Gravitational Constant G, Rotation, Precession, Solar Cycles

1. Introduction

This note is not exactly an independent paper. The original intention was to create a brief communication to show the correlation between the experimental data from two different experimental works. The author apologizes for lack of details on this communication about the Big G issue and recommends that interested readers check the reference for a complete overview on this point.

On August 29^{th}, 2018, a scientific team reported a measure of the Universal Gravitational Constant, also known as Big G, with the lowest error ever. In this journal, Li et al. [1] announced two new values for Big G using two independent settings. The values for G were determined to be 6.674184(12) × 10^{−11} m^{3}∙kg^{−1}∙s^{−2} using a technique called TOS and 6.674484(12) × 10^{−11} m^{3}∙kg^{−1}∙s^{−2} using another technique called AAF. The physical nature of Big G is so goosy that after more than two years of science-art work, Li et al. exceed the precision reported in the work by Gundlach et al. [2] in the year 2000 [6.674215(92) × 10^{−11} m^{3}∙kg^{−1}∙s^{−2}] by only ninety parts in a million. Many technological advances have occurred within the last 18 years, but the increment in precision between both studies is not well correlated with those advances. Another intriguing situation appears after comparing the numbers in red in the values reported by Li et al. The errors in both values cannot cover the 300^{th} of a million separations between them. It is not hard to imagine that this situation indicates that something is missing or hidden.

Schlamminger [3] published a comment in Nature on August 29^{th}, 2018, calling attention to the fact that the TOS and AAF experiments were done by the same people, in the same place, and close in time. He thinks this could be a good combination to solve the G puzzle and proposes that Li et al. carry out a study explaining why they observe two non-overlapping values. He clarifies that the explanation can help to guide future research. Schlamminger moves as far as proposing to all the scholars to keep an open mind in regards to this problem. He wrote “A second possibility is that some unknown physics could explain the scatter in the published values. Although this possibility is, of course, the more exciting, it is also the less likely. Nevertheless, it should not be dismissed lightly”.

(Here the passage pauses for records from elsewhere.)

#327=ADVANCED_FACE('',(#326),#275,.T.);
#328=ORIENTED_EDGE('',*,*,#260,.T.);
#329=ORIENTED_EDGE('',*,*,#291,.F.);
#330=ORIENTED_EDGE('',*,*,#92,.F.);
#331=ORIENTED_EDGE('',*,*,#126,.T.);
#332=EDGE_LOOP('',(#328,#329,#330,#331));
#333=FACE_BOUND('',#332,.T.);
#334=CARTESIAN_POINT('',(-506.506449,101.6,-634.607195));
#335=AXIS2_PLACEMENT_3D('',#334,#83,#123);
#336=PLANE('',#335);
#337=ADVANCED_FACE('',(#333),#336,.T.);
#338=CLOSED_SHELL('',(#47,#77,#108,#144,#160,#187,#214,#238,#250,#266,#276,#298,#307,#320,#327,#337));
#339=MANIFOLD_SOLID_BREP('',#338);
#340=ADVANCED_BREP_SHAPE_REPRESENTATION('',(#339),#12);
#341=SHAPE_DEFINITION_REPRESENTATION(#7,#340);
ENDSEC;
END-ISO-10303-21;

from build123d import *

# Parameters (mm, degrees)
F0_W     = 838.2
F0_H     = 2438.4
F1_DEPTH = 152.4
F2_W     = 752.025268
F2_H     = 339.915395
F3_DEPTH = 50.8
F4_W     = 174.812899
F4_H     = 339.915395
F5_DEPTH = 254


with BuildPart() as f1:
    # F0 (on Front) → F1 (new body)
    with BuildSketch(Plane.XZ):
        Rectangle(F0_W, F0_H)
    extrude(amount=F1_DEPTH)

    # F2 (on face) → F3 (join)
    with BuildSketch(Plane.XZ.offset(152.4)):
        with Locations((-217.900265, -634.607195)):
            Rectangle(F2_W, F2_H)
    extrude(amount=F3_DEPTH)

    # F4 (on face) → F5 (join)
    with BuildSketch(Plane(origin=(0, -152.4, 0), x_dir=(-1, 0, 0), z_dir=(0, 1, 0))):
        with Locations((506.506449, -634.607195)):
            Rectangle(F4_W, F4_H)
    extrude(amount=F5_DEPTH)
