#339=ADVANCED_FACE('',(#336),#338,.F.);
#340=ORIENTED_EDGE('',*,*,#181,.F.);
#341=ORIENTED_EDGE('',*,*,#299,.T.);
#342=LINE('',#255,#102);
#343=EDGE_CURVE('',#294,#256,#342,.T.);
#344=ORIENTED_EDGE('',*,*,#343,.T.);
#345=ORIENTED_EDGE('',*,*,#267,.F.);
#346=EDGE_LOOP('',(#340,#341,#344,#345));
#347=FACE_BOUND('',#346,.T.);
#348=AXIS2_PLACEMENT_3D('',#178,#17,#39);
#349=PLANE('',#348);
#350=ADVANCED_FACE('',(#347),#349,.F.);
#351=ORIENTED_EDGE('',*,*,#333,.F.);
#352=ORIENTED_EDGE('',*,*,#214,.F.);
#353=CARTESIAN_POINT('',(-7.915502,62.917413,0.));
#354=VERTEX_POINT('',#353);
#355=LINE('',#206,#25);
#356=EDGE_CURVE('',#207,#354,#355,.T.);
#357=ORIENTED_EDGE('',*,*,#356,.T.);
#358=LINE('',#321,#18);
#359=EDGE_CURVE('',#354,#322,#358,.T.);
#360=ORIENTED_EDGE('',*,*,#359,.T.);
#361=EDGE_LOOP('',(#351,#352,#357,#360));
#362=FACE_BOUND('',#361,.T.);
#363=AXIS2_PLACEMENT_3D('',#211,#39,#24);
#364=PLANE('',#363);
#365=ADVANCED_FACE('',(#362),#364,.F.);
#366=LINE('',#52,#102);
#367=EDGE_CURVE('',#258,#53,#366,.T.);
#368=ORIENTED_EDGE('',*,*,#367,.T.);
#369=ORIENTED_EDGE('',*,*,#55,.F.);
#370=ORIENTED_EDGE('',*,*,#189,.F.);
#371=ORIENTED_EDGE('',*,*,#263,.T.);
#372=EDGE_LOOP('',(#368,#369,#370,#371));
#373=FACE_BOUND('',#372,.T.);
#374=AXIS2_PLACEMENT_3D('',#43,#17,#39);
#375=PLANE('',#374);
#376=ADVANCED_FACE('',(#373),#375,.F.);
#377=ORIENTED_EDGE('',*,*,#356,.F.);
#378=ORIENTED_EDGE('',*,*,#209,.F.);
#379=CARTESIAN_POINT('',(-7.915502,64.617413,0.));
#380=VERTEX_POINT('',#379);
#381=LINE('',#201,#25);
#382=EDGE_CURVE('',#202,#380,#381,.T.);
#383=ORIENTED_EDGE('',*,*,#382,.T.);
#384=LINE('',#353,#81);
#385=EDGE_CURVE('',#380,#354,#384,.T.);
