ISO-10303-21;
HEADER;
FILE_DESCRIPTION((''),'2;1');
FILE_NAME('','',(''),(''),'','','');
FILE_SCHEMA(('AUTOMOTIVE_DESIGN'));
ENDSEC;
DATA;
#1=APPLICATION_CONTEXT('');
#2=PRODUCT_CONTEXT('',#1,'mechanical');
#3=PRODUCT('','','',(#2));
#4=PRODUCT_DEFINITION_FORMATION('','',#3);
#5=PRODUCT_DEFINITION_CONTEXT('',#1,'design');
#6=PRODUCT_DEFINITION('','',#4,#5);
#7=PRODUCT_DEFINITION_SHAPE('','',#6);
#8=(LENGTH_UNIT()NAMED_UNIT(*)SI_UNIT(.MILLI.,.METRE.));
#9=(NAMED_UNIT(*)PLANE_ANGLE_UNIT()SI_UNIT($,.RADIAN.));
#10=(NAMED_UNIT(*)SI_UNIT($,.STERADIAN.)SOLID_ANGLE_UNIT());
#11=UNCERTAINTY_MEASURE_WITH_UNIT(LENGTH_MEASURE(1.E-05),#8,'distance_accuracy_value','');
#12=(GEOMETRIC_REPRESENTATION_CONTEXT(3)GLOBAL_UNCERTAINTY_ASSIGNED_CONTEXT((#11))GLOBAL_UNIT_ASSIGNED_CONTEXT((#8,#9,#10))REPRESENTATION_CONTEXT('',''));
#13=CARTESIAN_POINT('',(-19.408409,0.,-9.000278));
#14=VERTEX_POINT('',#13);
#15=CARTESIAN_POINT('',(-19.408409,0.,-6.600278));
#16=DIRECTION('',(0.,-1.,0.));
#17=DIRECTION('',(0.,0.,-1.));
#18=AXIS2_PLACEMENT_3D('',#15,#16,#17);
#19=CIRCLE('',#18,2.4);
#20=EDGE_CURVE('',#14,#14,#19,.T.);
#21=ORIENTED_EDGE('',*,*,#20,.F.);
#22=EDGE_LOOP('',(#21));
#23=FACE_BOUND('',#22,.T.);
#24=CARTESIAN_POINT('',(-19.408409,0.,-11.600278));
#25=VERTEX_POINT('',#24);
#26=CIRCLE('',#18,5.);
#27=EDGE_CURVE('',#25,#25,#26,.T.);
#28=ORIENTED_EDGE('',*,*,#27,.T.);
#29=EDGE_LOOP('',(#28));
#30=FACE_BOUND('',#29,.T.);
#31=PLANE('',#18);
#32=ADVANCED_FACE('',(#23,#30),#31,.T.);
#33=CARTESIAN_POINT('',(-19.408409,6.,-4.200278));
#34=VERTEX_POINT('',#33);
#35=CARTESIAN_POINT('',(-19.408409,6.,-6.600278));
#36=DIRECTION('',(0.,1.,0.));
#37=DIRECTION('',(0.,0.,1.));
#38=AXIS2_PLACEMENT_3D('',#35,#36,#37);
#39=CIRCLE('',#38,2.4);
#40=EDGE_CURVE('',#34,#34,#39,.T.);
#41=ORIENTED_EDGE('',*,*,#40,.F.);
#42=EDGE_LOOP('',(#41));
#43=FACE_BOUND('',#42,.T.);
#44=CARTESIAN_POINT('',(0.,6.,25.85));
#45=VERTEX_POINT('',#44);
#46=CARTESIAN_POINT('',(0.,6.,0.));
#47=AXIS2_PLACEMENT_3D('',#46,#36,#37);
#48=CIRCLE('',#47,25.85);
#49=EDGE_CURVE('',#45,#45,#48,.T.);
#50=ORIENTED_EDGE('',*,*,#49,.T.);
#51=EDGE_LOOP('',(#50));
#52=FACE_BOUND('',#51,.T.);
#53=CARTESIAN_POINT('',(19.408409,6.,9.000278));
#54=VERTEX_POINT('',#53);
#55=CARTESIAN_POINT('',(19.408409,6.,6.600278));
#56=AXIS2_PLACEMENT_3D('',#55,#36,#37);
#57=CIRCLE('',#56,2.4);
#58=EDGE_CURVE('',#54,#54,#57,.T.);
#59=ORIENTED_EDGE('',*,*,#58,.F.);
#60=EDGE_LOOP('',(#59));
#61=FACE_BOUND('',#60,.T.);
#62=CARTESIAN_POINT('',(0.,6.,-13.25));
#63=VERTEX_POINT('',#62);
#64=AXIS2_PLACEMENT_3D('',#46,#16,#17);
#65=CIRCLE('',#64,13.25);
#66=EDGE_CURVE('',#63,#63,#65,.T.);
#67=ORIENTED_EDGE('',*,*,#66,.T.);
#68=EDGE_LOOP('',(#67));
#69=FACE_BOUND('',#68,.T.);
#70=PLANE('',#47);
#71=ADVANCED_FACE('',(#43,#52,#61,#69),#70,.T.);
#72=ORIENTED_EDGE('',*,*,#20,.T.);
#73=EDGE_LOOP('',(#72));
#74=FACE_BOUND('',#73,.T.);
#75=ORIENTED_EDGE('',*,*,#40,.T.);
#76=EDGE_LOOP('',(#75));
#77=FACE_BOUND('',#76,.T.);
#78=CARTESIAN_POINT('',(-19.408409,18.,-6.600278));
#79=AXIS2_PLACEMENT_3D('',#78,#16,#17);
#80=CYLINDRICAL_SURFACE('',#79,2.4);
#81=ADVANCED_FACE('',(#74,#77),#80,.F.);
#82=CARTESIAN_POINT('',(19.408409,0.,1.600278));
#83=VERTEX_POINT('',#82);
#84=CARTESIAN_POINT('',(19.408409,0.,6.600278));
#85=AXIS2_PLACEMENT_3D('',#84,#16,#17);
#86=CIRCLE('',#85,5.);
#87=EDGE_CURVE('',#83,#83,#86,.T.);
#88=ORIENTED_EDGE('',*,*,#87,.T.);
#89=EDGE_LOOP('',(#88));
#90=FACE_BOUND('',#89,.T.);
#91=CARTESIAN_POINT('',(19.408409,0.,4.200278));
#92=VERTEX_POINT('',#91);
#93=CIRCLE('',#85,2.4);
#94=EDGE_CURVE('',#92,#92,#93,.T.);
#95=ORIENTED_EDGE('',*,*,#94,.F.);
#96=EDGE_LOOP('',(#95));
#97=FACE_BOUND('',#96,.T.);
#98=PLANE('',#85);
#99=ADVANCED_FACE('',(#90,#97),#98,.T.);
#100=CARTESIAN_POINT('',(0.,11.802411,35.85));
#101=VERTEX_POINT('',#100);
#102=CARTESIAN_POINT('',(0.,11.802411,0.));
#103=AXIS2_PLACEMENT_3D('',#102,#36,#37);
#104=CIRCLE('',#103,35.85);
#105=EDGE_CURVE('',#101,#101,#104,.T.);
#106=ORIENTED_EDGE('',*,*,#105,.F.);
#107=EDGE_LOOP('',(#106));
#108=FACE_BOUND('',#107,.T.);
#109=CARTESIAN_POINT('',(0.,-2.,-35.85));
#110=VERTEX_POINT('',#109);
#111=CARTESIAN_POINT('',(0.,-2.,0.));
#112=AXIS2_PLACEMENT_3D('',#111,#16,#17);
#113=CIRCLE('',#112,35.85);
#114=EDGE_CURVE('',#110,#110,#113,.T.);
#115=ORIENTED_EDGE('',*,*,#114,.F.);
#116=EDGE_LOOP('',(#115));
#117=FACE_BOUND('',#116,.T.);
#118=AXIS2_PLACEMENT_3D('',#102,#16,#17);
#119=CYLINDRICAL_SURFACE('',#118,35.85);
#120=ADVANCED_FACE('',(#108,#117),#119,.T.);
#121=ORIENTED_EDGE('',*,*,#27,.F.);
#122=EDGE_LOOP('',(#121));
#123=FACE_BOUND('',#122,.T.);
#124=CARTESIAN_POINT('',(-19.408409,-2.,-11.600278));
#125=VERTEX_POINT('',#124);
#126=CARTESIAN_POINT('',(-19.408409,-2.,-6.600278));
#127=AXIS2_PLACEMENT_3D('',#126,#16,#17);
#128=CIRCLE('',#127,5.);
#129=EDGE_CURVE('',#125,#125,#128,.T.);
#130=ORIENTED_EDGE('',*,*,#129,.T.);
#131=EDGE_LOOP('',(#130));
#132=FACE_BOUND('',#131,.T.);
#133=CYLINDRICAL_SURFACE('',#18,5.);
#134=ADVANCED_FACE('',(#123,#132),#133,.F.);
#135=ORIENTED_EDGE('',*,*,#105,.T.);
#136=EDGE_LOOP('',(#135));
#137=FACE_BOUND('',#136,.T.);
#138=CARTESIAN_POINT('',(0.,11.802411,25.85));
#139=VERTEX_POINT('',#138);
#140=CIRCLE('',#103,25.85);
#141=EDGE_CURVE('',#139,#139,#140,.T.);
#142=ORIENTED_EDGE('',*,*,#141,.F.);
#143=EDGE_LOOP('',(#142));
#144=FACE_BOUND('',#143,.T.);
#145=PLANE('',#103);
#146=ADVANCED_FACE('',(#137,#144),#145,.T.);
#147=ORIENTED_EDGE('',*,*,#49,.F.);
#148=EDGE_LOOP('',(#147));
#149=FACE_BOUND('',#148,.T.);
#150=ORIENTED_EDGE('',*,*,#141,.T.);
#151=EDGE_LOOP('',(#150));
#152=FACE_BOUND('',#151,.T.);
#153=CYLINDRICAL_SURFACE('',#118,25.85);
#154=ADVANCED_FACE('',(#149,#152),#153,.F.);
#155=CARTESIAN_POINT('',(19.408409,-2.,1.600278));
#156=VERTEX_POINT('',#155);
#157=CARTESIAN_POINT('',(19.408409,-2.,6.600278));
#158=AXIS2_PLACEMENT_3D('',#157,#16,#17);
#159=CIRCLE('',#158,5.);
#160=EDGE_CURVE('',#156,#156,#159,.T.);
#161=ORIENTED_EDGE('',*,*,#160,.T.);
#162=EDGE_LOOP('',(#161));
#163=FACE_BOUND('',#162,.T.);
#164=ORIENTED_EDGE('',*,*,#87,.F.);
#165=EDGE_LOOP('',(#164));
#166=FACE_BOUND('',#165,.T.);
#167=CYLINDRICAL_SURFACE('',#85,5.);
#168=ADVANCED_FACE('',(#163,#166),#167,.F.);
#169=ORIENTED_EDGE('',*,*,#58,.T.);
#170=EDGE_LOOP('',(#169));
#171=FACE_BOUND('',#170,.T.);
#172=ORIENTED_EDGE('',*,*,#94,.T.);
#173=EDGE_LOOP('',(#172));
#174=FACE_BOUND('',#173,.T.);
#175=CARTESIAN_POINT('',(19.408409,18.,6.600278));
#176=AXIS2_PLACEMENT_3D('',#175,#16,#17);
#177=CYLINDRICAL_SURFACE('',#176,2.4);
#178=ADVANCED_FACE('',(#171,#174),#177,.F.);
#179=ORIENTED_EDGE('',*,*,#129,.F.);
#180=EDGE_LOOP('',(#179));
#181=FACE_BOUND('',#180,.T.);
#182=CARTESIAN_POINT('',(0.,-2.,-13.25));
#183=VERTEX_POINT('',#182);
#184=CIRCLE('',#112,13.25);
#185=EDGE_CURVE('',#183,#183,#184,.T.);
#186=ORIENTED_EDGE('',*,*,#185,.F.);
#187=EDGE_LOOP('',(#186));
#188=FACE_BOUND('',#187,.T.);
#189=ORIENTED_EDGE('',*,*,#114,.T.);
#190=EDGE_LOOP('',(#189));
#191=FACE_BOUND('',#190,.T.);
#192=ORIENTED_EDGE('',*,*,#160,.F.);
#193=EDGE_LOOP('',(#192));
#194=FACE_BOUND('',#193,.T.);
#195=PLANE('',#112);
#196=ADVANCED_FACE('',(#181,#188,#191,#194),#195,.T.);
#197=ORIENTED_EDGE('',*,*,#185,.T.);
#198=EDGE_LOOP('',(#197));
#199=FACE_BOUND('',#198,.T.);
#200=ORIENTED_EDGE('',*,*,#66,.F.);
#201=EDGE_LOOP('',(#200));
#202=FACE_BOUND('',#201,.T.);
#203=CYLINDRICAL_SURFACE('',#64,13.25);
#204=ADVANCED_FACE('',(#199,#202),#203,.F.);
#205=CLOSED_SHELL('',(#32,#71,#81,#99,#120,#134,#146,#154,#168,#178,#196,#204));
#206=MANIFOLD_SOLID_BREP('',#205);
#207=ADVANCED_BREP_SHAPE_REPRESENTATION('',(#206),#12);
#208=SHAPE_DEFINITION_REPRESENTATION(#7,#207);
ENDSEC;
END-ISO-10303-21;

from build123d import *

# Parameters (mm, degrees)
SKETCH2_R           = 35.85
BOSS_EXTRUDE3_DEPTH = 11.802411407
SKETCH3_R           = 13.25
CUT_EXTRUDE1_DEPTH  = 6
SHELL1_T            = -10
CUT_EXTRUDE2_START  = -6
SKETCH4_R           = 23.25
CUT_EXTRUDE2_DEPTH  = 6
CUT_EXTRUDE3_START  = -4
SKETCH5_R           = 25.85
CUT_EXTRUDE3_DEPTH  = 4
SKETCH6_R           = 2.4
CUT_EXTRUDE4_DEPTH  = 18
BOSS_EXTRUDE4_START = 2
SKETCH7_R           = 35.85
BOSS_EXTRUDE4_DEPTH = 2
SKETCH8_R           = 5
SKETCH8_R_2         = 13.25
CUT_EXTRUDE6_DEPTH  = 2


with BuildPart() as part:
    # Sketch2 → Boss-Extrude3 (new body)
    with BuildSketch(Plane(origin=(0, 0, 0), x_dir=(1, 0, 0), z_dir=(0, 1, 0))):
        with Locations(Location((0, 0, 0), (0, 0, 270))):
            Circle(SKETCH2_R)
    extrude(amount=BOSS_EXTRUDE3_DEPTH)

    # Sketch3 → Cut-Extrude1 (cut)
    with BuildSketch(Plane.XZ):
        with Locations(Location((0, 0, 0), (0, 0, 270))):
            Circle(SKETCH3_R)
    extrude(amount=-CUT_EXTRUDE1_DEPTH, mode=Mode.SUBTRACT)

    # Shell1
    shell1_openings = [part.faces().sort_by_distance(p)[0] for p in [
        (0, 11.802411407, 0),
    ]]
    offset(amount=SHELL1_T, openings=shell1_openings, kind=Kind.INTERSECTION)

    # Sketch4 → Cut-Extrude2 (cut)
    with BuildSketch(Plane(origin=(0, 16, 0), x_dir=(1, 0, 0), z_dir=(0, 1, 0)).offset(CUT_EXTRUDE2_START)):
        Circle(SKETCH4_R)
    extrude(amount=CUT_EXTRUDE2_DEPTH, mode=Mode.SUBTRACT)

    # Sketch5 → Cut-Extrude3 (cut)
    with BuildSketch(Plane(origin=(0, 10, 0), x_dir=(1, 0, 0), z_dir=(0, 1, 0)).offset(CUT_EXTRUDE3_START)):
        with Locations(Location((0, 0, 0), (0, 0, 270))):
            Circle(SKETCH5_R)
    extrude(amount=CUT_EXTRUDE3_DEPTH, mode=Mode.SUBTRACT)

    # Sketch6 → Cut-Extrude4 (cut)
    with BuildSketch(Plane.XZ):
        with Locations(Location((-19.408408583, -6.6002785, 0), (0, 0, 270))):
            Circle(SKETCH6_R)
        with Locations(Location((19.408408583, 6.6002785, 0), (0, 0, 270))):
            Circle(SKETCH6_R)
    extrude(amount=-CUT_EXTRUDE4_DEPTH, mode=Mode.SUBTRACT)

    # Sketch7 → Boss-Extrude4 (add)
    with BuildSketch(Plane.XZ.offset(BOSS_EXTRUDE4_START)):
        with Locations(Location((0, 0, 0), (0, 0, 270))):
            Circle(SKETCH7_R)
    extrude(amount=-BOSS_EXTRUDE4_DEPTH)

    # Sketch8 → Cut-Extrude6 (cut)
    with BuildSketch(Plane.XZ.offset(2)):
        with Locations(Location((-19.408408583, -6.6002785, 0), (0, 0, 270))):
            Circle(SKETCH8_R)
        with Locations(Location((19.408408583, 6.6002785, 0), (0, 0, 270))):
            Circle(SKETCH8_R)
        with Locations(Location((0, 0, 0), (0, 0, 270))):
            Circle(SKETCH8_R_2)
    extrude(amount=-CUT_EXTRUDE6_DEPTH, mode=Mode.SUBTRACT)


solid = part.part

Moreover, I published papers in 2017 [4] and 2018 [5] covering the Big G issue both theoretically and experimentally. Therein, I mentioned that an unnoticed correlation exists between the best G values reported in the last 30 years and the distance to the Sun. Thirty years is a long period, which made it more difficult to draw a comparison between the studies carried out in so many labs throughout the world. Li et al.’s work enabled a facilitated analysis because their work and my work were produced during the same period.

I used a modified Cavendish’ balance with two strings instead of the original single string balance. The length and separation of the strings act as a mechanical filter allowing only microscopic oscillations. Nothing is moved by human decision in this setting. This dynamic permits a precise reading of any variation in the separation between the masses on the balance and the masses fixed to the ground. Thus, 650 variations were collected, one per day, due to the apparent attraction between the masses. Unfortunately, it was not possible to calculate the value for Big G with this setting because two new variables appeared, as shown in Equation (1) (For details, see Equation (3) in [5] ). The effect of the angular variable was cancelled out in regular gravitational experiments by alternating the position of the attractor masses. The other effect created by the distance to the Sun cannot be neutralized completely because of non-linear effects. Li et al. have obtained 29 precise values for Big G; however, they failed to study the systematic variations of those values throughout the years. Every team has plenty of information on one type but lack information on the other. An intelligent combination of both types of experimental information can produce a clear and precise pattern for this gravitational problem.

${G}_{\mathrm{exp}}={G}_{NE}+{G}_{\left(a,\alpha \right)}{\left(\frac{a}{r}\right)}^{3}Cos\left({\theta}_{torus}\right)$ (1)

2. Li et al. [1] Chronological Data

The team of Li et al. failed to report any possible variations of their data by taking into account other variables that might affect the results such as time or the distance from the Sun. Figure 1 included only the AAF data for reasons

Figure 1. AAF error bars from three different campaigns with different color. The 2014-2015 campaign is shown in blue; the 2016 campaign is shown in orange, and the 2017-2018 campaign is shown in green.

explained later. A pattern is clear in Figure 1, despite only having 29 G values. The figure included a dashed line representing the Earth’s path, an offset yellow spot representing the Sun and a fitting curve. The red side of the fitting curve corresponds to the January-December period.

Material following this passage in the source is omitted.